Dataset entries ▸

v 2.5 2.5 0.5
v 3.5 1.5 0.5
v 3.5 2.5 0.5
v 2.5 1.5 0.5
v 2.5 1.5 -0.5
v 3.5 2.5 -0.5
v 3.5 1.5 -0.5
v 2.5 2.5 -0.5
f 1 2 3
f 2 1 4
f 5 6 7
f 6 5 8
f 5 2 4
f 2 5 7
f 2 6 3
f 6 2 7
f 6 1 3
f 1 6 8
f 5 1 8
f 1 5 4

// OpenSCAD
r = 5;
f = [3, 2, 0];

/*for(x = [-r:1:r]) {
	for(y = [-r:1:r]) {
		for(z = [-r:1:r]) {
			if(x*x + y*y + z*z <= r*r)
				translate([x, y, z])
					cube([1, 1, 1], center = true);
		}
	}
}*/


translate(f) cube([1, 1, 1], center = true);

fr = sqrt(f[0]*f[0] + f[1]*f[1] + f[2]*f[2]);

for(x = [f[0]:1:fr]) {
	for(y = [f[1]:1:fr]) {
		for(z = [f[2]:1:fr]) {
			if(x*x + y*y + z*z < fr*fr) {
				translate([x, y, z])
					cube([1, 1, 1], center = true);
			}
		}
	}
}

WORK INSTRUCTION ▸ Copy the data once more. Leave nothing out.

EXERCISE ANSWER ▸
v 2.5 2.5 0.5
v 3.5 1.5 0.5
v 3.5 2.5 0.5
v 2.5 1.5 0.5
v 2.5 1.5 -0.5
v 3.5 2.5 -0.5
v 3.5 1.5 -0.5
v 2.5 2.5 -0.5
f 1 2 3
f 2 1 4
f 5 6 7
f 6 5 8
f 5 2 4
f 2 5 7
f 2 6 3
f 6 2 7
f 6 1 3
f 1 6 8
f 5 1 8
f 1 5 4

// OpenSCAD
r = 5;
f = [3, 2, 0];

/*for(x = [-r:1:r]) {
	for(y = [-r:1:r]) {
		for(z = [-r:1:r]) {
			if(x*x + y*y + z*z <= r*r)
				translate([x, y, z])
					cube([1, 1, 1], center = true);
		}
	}
}*/


translate(f) cube([1, 1, 1], center = true);

fr = sqrt(f[0]*f[0] + f[1]*f[1] + f[2]*f[2]);

for(x = [f[0]:1:fr]) {
	for(y = [f[1]:1:fr]) {
		for(z = [f[2]:1:fr]) {
			if(x*x + y*y + z*z < fr*fr) {
				translate([x, y, z])
					cube([1, 1, 1], center = true);
			}
		}
	}
}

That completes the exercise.